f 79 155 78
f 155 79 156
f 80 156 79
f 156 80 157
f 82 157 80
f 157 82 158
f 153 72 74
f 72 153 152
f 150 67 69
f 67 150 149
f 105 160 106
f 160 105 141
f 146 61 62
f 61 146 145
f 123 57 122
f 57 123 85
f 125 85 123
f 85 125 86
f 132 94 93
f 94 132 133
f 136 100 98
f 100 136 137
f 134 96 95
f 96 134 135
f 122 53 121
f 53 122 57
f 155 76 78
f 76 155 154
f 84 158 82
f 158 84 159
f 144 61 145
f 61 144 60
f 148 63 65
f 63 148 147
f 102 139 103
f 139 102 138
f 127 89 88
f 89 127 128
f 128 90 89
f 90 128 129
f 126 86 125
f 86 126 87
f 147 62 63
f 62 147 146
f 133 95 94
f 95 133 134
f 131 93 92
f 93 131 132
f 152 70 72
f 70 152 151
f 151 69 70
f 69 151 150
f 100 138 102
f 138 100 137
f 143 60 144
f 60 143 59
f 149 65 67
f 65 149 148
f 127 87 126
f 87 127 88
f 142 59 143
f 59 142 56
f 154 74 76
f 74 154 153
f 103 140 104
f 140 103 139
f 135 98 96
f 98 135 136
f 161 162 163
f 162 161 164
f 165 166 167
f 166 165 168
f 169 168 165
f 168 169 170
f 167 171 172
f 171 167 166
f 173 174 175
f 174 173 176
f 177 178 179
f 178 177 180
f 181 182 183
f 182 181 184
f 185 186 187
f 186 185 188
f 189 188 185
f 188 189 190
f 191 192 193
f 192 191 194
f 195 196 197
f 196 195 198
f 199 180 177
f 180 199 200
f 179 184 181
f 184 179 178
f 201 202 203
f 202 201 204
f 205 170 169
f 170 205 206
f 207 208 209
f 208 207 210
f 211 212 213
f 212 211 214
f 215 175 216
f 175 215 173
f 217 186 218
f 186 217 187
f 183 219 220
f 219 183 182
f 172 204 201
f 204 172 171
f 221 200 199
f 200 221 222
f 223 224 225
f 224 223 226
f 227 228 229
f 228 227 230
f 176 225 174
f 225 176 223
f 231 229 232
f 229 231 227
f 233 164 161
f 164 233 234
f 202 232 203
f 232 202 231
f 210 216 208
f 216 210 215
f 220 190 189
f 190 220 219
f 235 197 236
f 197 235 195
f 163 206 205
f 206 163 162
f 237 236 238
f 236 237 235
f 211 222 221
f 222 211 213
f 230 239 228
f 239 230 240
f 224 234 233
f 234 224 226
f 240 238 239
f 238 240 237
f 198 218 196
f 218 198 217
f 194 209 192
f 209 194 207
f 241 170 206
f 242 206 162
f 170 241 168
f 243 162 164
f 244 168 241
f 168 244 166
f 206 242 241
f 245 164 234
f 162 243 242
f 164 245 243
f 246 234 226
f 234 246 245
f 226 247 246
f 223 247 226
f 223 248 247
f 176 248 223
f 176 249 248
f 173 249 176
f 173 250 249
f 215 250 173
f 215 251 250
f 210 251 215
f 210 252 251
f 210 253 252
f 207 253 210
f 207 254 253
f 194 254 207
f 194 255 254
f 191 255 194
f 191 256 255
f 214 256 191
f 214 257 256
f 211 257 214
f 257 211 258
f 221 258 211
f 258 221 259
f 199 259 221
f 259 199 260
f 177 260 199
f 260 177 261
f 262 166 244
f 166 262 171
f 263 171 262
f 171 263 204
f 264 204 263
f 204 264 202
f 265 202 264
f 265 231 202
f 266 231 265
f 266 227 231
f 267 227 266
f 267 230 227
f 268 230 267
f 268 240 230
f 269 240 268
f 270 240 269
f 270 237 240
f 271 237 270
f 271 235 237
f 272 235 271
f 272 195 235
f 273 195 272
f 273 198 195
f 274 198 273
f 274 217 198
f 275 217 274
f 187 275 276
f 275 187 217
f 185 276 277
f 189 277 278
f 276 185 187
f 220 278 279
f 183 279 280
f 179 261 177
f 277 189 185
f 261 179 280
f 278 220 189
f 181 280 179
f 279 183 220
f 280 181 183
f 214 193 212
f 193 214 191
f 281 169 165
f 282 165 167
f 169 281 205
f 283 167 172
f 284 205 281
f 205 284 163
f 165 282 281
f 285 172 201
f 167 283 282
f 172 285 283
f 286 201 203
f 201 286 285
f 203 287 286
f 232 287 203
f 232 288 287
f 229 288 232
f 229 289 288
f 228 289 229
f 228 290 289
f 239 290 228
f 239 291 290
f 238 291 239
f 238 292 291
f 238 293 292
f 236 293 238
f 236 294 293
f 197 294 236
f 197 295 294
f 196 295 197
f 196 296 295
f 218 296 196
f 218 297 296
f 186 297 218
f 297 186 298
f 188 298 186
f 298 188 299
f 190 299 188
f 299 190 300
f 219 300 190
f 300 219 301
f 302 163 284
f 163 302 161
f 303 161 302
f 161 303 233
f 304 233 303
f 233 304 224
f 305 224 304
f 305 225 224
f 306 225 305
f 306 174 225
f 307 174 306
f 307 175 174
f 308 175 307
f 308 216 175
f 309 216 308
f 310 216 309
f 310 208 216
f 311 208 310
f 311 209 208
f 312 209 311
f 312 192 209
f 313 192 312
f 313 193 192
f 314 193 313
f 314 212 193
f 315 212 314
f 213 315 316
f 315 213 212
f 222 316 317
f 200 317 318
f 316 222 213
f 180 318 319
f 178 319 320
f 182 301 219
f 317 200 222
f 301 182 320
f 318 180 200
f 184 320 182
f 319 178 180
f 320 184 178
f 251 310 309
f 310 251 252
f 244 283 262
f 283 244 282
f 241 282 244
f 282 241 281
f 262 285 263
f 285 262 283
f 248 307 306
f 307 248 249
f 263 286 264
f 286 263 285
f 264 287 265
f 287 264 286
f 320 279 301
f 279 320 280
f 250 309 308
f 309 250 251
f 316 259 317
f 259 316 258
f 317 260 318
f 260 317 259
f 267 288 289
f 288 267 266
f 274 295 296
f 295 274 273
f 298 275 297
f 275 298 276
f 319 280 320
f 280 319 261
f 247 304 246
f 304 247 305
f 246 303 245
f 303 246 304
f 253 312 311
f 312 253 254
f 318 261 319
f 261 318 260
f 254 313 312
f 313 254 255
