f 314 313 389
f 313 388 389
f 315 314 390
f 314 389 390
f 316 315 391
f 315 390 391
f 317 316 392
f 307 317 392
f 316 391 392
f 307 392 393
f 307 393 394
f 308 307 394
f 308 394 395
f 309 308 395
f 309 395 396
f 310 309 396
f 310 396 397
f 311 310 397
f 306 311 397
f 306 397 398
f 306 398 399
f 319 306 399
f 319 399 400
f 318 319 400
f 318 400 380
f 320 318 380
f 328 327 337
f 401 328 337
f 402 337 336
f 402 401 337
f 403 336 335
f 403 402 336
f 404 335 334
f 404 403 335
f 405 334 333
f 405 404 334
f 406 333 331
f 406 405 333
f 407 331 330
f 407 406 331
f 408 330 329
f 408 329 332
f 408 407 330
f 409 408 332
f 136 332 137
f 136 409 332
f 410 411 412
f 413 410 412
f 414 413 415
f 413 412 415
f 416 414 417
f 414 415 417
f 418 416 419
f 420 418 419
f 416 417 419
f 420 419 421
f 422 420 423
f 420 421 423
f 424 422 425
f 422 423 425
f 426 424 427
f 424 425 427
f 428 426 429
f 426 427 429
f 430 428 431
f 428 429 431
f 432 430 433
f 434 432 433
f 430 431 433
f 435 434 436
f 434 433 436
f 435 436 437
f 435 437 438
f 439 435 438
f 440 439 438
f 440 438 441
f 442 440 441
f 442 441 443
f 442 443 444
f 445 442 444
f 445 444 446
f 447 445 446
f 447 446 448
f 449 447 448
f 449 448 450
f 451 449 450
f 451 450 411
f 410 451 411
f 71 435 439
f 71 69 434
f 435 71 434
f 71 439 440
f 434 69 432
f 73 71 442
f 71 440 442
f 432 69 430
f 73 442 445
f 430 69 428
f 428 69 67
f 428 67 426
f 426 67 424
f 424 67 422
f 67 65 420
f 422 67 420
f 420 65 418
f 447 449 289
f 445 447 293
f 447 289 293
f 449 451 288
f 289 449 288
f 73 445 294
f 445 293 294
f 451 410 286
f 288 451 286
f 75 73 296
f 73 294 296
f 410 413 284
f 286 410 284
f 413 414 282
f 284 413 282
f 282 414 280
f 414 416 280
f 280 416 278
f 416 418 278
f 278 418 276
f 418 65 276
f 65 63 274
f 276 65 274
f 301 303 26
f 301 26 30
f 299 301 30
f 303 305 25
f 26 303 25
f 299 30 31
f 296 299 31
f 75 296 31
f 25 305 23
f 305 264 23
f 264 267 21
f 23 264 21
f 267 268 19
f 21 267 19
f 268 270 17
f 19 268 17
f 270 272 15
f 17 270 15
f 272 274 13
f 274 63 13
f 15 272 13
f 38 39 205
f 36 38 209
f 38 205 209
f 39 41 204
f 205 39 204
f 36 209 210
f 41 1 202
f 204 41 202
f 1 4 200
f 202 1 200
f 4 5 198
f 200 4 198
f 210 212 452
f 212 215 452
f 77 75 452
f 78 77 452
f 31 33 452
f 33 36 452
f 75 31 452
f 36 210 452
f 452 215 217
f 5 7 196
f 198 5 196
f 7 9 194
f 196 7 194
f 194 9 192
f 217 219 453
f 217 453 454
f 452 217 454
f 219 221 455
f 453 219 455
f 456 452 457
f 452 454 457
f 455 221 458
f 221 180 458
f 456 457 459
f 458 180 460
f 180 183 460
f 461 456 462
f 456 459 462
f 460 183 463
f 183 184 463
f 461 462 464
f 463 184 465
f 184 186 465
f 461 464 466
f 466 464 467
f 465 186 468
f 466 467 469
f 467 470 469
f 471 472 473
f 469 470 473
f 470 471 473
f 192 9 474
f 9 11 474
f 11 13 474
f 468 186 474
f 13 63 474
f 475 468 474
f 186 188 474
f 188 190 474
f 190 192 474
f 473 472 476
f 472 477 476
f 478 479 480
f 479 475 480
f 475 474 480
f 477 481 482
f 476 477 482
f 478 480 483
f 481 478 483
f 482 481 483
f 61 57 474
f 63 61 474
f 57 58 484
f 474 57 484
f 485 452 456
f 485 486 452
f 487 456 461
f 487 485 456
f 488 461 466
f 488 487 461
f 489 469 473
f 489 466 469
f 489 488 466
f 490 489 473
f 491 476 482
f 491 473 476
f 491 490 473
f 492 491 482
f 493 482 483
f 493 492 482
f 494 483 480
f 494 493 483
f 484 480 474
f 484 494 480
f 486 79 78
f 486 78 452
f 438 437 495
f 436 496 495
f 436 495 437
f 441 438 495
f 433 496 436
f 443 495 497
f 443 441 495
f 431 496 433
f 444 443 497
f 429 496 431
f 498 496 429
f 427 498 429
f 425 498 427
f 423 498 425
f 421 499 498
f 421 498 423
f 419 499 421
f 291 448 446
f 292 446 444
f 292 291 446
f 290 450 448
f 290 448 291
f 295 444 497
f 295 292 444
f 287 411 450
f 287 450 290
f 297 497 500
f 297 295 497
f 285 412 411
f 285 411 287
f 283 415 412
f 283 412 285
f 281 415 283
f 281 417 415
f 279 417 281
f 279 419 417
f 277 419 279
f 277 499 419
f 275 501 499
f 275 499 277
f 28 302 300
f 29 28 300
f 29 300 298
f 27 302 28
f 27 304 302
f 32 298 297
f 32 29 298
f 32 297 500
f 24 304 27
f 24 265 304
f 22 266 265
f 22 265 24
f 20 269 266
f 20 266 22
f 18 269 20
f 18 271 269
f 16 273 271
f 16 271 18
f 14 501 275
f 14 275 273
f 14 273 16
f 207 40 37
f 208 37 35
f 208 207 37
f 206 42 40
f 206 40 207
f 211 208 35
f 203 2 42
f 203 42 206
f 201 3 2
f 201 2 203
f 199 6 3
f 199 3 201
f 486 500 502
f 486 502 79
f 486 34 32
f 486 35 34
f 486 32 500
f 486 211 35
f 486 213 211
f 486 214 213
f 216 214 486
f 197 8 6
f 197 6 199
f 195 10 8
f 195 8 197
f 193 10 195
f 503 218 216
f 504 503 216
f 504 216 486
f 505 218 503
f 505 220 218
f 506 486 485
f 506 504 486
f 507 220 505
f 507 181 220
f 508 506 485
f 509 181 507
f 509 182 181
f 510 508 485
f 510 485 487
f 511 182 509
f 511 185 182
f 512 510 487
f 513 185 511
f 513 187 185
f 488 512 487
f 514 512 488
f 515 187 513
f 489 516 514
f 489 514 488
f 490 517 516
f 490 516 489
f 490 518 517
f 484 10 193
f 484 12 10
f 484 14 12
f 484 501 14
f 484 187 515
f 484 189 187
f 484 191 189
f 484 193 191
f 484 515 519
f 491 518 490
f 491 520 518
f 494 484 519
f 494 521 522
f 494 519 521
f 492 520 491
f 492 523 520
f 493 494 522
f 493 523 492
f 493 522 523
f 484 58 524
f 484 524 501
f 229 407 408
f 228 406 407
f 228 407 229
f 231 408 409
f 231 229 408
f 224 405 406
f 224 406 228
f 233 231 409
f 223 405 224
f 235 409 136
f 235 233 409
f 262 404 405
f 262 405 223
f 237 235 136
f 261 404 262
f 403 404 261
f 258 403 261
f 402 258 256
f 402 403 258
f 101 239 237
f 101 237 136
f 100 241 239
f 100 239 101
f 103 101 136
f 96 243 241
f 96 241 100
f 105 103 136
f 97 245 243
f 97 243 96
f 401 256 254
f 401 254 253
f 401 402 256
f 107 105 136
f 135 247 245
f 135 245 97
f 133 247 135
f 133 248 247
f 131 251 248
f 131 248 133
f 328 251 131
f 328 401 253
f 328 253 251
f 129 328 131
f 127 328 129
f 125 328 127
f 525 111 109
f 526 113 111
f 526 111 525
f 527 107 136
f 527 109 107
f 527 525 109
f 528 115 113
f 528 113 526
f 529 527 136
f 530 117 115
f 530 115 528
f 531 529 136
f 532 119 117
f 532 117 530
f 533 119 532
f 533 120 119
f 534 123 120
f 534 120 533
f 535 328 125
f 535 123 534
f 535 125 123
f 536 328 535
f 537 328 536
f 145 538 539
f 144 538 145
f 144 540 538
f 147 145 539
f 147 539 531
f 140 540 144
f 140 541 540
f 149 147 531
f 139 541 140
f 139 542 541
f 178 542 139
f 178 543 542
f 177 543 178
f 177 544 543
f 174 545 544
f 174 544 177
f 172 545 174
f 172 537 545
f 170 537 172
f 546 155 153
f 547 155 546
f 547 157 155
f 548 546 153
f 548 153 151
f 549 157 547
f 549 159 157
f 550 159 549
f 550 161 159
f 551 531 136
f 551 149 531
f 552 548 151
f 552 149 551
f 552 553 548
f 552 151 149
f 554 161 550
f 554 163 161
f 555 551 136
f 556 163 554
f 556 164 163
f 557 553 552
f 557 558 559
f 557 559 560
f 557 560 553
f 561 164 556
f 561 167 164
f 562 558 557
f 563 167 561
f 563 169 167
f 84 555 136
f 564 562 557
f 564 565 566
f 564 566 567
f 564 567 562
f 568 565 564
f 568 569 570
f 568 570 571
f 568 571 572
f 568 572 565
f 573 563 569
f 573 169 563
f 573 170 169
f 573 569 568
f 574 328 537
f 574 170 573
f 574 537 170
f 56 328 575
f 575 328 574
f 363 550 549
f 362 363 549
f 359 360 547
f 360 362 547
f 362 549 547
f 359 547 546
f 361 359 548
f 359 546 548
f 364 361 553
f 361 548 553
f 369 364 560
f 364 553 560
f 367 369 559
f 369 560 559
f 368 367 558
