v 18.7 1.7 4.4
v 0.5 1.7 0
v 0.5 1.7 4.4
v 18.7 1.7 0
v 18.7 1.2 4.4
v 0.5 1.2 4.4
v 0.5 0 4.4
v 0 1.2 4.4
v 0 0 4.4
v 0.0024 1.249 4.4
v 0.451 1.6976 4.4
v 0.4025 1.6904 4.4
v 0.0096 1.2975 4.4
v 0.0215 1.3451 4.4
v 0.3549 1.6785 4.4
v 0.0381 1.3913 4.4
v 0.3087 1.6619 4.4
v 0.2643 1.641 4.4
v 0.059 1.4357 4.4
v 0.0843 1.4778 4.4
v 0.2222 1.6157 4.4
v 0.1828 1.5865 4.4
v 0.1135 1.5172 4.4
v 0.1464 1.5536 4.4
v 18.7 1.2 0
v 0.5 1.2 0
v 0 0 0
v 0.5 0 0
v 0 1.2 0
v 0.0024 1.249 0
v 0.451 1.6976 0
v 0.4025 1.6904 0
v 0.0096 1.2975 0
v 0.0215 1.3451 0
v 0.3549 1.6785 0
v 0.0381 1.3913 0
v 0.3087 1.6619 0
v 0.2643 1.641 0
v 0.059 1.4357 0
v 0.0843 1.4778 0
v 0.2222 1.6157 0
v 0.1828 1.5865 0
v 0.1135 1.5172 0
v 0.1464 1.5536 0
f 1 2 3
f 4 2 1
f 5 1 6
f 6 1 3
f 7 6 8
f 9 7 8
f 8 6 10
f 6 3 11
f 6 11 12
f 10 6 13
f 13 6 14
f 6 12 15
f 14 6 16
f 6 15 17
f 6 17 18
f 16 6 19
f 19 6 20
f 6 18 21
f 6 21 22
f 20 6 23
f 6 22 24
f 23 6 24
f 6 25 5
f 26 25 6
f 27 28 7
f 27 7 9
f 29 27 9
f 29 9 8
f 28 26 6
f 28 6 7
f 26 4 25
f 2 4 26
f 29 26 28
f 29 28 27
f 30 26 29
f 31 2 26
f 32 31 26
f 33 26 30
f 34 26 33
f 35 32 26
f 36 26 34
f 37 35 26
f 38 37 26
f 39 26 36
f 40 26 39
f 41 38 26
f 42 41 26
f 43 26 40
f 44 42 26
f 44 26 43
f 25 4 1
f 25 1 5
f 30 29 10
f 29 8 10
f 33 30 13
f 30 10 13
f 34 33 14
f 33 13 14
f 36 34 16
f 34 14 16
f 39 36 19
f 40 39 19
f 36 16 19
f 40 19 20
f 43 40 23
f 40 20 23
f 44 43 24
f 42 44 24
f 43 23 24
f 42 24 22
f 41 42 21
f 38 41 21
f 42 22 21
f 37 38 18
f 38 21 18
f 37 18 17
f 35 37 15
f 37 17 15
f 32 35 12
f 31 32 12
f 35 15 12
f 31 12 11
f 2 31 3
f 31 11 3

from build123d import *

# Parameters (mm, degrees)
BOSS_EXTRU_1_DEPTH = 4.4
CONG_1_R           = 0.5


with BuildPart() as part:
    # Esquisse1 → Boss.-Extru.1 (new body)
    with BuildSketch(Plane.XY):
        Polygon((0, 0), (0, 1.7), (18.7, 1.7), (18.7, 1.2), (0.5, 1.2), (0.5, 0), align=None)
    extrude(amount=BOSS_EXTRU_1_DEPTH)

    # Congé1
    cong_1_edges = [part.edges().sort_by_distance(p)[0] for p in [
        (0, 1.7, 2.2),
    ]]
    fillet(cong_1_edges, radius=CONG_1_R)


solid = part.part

* * *

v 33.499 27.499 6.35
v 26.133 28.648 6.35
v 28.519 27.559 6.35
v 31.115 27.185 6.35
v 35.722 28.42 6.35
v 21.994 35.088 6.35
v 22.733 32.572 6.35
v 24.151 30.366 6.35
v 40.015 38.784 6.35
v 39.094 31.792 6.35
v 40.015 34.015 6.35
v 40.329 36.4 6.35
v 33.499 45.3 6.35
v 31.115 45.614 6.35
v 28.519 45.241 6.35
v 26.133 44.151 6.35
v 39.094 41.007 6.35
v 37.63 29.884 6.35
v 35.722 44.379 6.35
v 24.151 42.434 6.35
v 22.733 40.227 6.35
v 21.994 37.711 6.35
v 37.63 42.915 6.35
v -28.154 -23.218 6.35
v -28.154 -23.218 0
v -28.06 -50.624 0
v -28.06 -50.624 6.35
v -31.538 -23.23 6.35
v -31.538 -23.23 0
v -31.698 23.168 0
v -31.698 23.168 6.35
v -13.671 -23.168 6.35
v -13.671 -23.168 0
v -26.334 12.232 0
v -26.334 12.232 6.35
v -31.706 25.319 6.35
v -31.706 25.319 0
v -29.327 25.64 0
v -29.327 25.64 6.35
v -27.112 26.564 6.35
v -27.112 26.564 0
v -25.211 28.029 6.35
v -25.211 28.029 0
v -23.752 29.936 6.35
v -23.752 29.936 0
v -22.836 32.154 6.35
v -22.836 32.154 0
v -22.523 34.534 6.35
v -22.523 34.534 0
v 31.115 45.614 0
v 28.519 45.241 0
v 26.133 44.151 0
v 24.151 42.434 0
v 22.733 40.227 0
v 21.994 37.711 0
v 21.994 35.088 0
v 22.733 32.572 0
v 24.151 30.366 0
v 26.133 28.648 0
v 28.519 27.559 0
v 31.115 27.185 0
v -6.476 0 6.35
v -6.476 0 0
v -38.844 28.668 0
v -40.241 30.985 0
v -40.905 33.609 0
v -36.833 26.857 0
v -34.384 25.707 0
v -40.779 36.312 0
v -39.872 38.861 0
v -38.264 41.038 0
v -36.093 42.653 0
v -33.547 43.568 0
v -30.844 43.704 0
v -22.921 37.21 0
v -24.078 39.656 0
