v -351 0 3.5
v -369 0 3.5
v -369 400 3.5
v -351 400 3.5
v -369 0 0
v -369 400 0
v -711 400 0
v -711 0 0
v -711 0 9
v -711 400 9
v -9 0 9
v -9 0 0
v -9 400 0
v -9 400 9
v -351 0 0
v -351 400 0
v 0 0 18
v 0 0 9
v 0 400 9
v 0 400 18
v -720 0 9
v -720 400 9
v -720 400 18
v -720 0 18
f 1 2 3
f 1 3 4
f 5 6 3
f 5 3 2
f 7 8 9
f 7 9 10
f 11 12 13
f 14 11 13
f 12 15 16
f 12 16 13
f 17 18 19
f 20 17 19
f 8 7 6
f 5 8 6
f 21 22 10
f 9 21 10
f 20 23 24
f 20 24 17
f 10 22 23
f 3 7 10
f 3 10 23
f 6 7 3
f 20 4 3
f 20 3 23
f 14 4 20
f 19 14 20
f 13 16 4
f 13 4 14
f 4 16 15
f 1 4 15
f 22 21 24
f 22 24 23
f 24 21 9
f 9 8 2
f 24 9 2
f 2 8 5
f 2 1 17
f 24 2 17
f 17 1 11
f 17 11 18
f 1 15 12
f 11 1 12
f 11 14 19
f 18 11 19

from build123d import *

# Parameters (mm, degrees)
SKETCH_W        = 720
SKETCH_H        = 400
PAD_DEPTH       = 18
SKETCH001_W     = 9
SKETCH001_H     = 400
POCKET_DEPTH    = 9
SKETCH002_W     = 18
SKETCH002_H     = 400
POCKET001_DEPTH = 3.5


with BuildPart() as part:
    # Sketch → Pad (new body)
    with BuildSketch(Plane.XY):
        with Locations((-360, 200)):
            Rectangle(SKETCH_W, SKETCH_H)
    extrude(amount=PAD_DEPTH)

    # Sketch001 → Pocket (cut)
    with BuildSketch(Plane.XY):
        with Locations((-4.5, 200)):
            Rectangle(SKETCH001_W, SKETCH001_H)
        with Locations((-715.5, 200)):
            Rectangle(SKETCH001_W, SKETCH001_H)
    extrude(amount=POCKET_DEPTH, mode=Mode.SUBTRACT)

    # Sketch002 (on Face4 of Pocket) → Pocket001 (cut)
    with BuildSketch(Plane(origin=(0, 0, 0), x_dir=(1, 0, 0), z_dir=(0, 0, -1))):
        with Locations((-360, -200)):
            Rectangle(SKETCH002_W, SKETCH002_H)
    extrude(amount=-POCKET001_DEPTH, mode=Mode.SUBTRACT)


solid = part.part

Exercise brief:
All that should be written out is the stretch of lines above between the one holding "f 79 155 78" and the one holding "f 185 186 187", inclusive, exactly as given.

Solution to the exercise:
f 79 155 78
f 155 79 156
f 80 156 79
f 156 80 157
f 82 157 80
f 157 82 158
f 153 72 74
f 72 153 152
f 150 67 69
f 67 150 149
f 105 160 106
f 160 105 141
f 146 61 62
f 61 146 145
f 123 57 122
f 57 123 85
f 125 85 123
f 85 125 86
f 132 94 93
f 94 132 133
f 136 100 98
f 100 136 137
f 134 96 95
f 96 134 135
f 122 53 121
f 53 122 57
f 155 76 78
f 76 155 154
f 84 158 82
f 158 84 159
f 144 61 145
f 61 144 60
f 148 63 65
f 63 148 147
f 102 139 103
f 139 102 138
f 127 89 88
f 89 127 128
f 128 90 89
f 90 128 129
f 126 86 125
f 86 126 87
f 147 62 63
f 62 147 146
f 133 95 94
f 95 133 134
f 131 93 92
f 93 131 132
f 152 70 72
f 70 152 151
f 151 69 70
f 69 151 150
f 100 138 102
f 138 100 137
f 143 60 144
f 60 143 59
f 149 65 67
f 65 149 148
f 127 87 126
f 87 127 88
f 142 59 143
f 59 142 56
f 154 74 76
f 74 154 153
f 103 140 104
f 140 103 139
f 135 98 96
f 98 135 136
f 161 162 163
f 162 161 164
f 165 166 167
f 166 165 168
f 169 168 165
f 168 169 170
f 167 171 172
f 171 167 166
f 173 174 175
f 174 173 176
f 177 178 179
f 178 177 180
f 181 182 183
f 182 181 184
f 185 186 187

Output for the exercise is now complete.